[[ DATA, beginning ]]

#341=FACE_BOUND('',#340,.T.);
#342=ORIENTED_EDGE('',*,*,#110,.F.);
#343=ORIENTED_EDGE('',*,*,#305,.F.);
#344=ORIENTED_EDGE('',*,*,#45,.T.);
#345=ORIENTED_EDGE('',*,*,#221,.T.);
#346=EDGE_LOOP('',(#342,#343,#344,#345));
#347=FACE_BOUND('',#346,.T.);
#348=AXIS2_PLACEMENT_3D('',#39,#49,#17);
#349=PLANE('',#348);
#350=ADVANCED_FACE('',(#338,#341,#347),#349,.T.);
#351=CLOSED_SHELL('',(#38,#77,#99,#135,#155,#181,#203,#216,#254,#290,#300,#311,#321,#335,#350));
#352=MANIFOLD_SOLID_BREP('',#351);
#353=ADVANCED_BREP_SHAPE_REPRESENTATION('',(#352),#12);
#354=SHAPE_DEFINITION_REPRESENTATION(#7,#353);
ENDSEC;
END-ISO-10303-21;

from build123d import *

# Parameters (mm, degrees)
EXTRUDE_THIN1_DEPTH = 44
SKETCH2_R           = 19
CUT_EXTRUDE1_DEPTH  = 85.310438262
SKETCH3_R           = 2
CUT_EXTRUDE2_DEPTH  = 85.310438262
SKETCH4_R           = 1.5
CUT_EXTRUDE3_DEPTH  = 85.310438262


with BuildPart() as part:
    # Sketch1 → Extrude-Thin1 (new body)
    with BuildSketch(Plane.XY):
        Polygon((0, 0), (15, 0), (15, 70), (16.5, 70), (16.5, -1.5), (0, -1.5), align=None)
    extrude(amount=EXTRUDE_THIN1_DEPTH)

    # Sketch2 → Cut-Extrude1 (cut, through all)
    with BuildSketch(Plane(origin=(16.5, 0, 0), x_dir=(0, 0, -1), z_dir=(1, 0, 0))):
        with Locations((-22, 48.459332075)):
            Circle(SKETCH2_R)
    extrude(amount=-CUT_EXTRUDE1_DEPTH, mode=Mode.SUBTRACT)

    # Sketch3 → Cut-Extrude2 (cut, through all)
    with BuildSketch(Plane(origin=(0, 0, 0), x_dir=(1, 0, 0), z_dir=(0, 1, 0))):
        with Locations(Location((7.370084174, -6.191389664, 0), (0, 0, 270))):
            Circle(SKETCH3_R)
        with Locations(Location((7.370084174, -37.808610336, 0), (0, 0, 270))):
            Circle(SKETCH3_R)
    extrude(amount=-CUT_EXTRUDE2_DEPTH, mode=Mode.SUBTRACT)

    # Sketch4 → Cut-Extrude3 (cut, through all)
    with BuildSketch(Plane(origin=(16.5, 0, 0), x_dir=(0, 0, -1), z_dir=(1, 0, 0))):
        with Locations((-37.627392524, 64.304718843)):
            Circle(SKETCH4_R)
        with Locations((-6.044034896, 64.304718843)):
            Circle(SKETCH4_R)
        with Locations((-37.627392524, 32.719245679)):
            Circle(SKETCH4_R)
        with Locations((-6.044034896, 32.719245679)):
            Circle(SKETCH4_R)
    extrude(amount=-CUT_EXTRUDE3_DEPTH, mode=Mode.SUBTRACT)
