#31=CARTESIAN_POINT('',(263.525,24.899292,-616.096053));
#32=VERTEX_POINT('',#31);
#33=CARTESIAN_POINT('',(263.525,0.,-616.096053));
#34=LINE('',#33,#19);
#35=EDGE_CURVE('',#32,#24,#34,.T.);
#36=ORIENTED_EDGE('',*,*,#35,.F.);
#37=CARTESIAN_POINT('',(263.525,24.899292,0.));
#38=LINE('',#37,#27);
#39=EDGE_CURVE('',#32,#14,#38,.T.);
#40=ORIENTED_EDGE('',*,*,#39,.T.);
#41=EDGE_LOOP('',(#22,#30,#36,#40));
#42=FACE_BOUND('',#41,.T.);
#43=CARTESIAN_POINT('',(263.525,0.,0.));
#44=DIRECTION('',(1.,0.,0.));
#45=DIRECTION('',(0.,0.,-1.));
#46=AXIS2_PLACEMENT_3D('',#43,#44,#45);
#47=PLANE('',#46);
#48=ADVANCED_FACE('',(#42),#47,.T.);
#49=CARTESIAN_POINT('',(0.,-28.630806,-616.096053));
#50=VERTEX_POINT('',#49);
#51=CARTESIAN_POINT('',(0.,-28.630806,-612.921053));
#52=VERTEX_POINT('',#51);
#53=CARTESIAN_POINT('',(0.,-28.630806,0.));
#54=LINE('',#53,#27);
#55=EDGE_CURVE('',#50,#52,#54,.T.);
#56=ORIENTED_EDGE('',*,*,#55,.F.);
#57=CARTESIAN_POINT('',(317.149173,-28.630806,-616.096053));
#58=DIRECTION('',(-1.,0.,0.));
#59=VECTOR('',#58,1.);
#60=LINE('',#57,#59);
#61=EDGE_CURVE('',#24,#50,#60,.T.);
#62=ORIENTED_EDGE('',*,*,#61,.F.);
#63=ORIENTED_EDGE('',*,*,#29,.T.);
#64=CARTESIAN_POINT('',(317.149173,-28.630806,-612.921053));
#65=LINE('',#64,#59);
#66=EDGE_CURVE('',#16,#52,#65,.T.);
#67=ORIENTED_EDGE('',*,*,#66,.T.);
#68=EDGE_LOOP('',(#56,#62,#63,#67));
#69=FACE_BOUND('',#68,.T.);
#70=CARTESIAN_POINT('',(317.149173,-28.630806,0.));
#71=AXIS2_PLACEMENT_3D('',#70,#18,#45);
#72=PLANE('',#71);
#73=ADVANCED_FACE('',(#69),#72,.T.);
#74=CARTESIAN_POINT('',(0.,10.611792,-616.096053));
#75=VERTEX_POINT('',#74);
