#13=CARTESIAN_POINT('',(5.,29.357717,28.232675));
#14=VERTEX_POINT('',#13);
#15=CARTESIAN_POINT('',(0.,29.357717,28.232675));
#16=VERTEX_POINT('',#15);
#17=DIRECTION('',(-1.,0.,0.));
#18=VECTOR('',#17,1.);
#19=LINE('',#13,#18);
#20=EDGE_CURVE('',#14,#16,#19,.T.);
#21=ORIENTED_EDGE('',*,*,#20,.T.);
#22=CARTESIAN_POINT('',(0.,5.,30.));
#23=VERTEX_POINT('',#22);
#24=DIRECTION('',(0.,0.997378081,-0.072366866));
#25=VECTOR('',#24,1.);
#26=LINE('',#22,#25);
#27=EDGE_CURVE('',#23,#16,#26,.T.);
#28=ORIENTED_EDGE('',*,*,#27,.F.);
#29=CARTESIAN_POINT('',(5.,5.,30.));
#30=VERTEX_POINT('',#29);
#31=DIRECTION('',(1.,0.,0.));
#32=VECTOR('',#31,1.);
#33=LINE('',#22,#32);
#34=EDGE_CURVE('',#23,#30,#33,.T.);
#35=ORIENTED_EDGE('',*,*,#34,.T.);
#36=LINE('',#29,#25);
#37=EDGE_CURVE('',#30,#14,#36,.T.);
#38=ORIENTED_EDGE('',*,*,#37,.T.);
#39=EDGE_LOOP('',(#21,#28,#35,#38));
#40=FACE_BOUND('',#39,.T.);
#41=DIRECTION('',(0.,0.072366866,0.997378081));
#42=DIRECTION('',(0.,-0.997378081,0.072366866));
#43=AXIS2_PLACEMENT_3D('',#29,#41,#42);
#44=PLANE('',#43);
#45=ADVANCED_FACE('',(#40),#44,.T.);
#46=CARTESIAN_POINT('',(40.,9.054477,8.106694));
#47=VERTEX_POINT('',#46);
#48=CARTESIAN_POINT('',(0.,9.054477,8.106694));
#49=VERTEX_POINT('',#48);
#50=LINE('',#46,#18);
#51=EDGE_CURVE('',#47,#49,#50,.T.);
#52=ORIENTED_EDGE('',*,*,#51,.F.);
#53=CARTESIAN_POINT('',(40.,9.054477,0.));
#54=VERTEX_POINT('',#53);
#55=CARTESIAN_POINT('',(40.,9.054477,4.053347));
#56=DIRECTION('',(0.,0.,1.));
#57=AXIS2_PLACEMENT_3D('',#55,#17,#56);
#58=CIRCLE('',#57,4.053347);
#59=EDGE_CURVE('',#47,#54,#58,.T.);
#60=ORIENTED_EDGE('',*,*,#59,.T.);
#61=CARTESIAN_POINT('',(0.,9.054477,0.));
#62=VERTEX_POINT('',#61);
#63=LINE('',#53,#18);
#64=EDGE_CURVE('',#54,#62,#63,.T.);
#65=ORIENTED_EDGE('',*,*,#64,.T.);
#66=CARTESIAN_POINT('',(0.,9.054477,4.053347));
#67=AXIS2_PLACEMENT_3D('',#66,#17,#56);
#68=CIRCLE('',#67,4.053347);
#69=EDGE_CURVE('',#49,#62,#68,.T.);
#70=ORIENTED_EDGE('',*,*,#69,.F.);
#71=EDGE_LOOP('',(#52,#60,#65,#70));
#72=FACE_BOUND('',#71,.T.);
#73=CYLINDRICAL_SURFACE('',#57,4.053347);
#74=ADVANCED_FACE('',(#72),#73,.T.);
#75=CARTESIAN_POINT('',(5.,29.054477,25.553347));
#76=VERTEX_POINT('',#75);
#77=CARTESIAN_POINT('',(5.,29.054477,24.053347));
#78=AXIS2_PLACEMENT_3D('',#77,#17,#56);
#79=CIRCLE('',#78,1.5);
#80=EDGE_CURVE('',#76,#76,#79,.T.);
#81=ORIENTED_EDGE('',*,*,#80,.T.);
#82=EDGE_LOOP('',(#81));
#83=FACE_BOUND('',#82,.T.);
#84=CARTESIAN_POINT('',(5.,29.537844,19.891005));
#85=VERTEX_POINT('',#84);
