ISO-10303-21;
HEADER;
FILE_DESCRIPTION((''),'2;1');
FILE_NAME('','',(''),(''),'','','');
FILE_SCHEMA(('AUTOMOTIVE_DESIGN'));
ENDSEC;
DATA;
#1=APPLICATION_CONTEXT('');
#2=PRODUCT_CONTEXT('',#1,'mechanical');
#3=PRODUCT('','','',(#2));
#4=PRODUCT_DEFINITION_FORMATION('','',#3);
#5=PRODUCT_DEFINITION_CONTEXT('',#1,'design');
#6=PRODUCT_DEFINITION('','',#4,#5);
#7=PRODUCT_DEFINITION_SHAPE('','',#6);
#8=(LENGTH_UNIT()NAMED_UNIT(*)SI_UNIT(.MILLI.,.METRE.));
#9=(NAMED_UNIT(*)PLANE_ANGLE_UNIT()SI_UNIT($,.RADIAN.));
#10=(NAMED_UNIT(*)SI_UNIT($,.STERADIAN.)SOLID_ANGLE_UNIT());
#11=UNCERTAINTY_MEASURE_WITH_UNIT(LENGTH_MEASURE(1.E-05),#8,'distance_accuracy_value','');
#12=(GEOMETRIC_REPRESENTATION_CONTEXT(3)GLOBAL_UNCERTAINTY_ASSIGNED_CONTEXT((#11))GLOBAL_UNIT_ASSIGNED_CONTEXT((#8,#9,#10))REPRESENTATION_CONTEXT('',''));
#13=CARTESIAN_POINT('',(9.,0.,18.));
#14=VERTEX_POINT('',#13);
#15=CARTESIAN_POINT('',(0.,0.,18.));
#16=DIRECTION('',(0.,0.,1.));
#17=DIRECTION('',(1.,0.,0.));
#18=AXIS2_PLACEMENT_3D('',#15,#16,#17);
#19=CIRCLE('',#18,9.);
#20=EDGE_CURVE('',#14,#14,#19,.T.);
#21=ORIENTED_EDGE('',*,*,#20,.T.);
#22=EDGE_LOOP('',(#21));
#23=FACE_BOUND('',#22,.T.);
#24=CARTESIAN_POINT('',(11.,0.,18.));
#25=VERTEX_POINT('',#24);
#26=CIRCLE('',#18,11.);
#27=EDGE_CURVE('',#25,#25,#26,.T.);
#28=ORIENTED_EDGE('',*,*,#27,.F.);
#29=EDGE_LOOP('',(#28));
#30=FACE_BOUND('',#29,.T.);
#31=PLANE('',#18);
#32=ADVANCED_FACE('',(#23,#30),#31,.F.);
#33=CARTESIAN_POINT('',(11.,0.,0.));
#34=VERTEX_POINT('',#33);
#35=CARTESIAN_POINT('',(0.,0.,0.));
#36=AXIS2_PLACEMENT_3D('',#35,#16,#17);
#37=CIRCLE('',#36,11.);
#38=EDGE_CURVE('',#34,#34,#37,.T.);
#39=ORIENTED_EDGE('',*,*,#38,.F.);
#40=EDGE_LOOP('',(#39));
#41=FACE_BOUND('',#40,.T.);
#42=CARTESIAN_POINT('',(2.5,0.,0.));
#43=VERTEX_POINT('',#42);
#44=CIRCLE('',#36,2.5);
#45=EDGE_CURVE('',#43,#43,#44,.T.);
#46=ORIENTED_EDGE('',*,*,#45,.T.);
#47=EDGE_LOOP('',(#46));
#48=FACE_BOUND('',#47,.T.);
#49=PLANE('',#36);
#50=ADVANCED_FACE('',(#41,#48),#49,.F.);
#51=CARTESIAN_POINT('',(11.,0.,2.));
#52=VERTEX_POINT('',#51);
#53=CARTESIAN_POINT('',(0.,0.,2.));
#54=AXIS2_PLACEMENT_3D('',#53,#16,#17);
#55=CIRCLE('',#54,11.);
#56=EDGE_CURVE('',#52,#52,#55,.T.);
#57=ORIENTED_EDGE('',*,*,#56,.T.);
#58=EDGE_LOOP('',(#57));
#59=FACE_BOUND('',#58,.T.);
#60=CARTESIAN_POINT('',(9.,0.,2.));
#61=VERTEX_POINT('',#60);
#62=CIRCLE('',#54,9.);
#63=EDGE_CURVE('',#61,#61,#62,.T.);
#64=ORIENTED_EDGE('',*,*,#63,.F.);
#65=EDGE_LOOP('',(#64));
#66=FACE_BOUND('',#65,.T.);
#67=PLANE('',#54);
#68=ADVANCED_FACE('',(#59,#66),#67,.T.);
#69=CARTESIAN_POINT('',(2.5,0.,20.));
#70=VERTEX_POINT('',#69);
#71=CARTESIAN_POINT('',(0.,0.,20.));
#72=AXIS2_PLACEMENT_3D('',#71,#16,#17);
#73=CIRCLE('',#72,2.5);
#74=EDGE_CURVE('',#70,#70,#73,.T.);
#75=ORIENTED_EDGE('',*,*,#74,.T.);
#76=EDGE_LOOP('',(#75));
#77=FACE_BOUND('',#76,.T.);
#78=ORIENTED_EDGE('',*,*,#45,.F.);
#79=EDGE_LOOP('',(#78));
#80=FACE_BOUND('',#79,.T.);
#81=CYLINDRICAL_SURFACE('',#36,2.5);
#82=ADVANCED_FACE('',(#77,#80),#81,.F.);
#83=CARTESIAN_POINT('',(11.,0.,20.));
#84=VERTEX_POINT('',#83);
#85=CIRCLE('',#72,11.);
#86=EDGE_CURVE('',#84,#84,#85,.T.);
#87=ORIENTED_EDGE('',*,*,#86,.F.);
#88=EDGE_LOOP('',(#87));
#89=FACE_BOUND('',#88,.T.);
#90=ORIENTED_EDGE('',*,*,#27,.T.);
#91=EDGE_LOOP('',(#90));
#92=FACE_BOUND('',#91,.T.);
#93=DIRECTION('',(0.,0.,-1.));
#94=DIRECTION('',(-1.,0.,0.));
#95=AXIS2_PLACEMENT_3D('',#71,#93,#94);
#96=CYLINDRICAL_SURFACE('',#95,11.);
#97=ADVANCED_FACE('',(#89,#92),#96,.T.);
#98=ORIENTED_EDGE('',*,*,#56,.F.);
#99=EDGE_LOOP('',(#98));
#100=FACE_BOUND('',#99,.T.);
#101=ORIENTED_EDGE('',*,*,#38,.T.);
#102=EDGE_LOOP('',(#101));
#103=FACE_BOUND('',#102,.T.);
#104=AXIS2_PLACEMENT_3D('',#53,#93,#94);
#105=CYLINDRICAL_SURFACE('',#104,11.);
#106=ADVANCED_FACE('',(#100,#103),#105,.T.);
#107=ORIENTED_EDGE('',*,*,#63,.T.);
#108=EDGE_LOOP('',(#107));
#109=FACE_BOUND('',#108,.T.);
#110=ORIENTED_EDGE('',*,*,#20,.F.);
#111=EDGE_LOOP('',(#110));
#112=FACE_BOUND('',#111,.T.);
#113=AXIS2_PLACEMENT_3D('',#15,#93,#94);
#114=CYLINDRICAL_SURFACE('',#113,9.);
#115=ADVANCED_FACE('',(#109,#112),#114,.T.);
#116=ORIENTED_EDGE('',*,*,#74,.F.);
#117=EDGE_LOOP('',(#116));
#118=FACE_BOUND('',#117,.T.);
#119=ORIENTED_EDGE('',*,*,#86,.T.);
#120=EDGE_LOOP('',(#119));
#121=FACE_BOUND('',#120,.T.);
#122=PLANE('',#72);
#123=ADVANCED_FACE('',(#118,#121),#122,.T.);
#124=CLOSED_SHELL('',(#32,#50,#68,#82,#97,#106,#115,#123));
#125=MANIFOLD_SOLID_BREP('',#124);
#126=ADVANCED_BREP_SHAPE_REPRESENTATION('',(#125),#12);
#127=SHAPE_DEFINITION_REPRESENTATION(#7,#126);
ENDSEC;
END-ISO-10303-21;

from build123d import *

# Parameters (mm, degrees)
SKETCH_1_R          = 11
EXTRUDE_1_DEPTH     = 2
SKETCH_2_R          = 9
EXTRUDE_2_DEPTH     = 16
SKETCH_3_R          = 11
EXTRUDE_3_DEPTH     = 2
SKETCH_4_R          = 2.5
CUT_EXTRUDE_1_DEPTH = 26.337718919


with BuildPart() as part:
    # Эскиз1 → Бобышка-Вытянуть1 (new body)
    with BuildSketch(Plane.XY):
        Circle(SKETCH_1_R)
    extrude(amount=EXTRUDE_1_DEPTH)

    # Эскиз2 → Бобышка-Вытянуть2 (add)
    with BuildSketch(Plane.XY.offset(2)):
        Circle(SKETCH_2_R)
    extrude(amount=EXTRUDE_2_DEPTH)

    # Эскиз3 → Бобышка-Вытянуть3 (add)
    with BuildSketch(Plane.XY.offset(18)):
        Circle(SKETCH_3_R)
    extrude(amount=EXTRUDE_3_DEPTH)

    # Эскиз4 → Вырез-Вытянуть1 (cut, through all)
    with BuildSketch(Plane.XY.offset(20)):
        Circle(SKETCH_4_R)
    extrude(amount=-CUT_EXTRUDE_1_DEPTH, mode=Mode.SUBTRACT)


solid = part.part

[[ DATA, end ]]

▶ _WORK REQUIRED_: Scan the lines above for "#62=CIRCLE('',#54,9.);" and for "#81=CYLINDRICAL_SURFACE('',#36,2.5);". Repeat exactly the line holding each of them and every line in between.

▶ _RESPONSE AREA_:
#62=CIRCLE('',#54,9.);
#63=EDGE_CURVE('',#61,#61,#62,.T.);
#64=ORIENTED_EDGE('',*,*,#63,.F.);
#65=EDGE_LOOP('',(#64));
#66=FACE_BOUND('',#65,.T.);
#67=PLANE('',#54);
#68=ADVANCED_FACE('',(#59,#66),#67,.T.);
#69=CARTESIAN_POINT('',(2.5,0.,20.));
#70=VERTEX_POINT('',#69);
#71=CARTESIAN_POINT('',(0.,0.,20.));
#72=AXIS2_PLACEMENT_3D('',#71,#16,#17);
#73=CIRCLE('',#72,2.5);
#74=EDGE_CURVE('',#70,#70,#73,.T.);
#75=ORIENTED_EDGE('',*,*,#74,.T.);
#76=EDGE_LOOP('',(#75));
#77=FACE_BOUND('',#76,.T.);
#78=ORIENTED_EDGE('',*,*,#45,.F.);
#79=EDGE_LOOP('',(#78));
#80=FACE_BOUND('',#79,.T.);
#81=CYLINDRICAL_SURFACE('',#36,2.5);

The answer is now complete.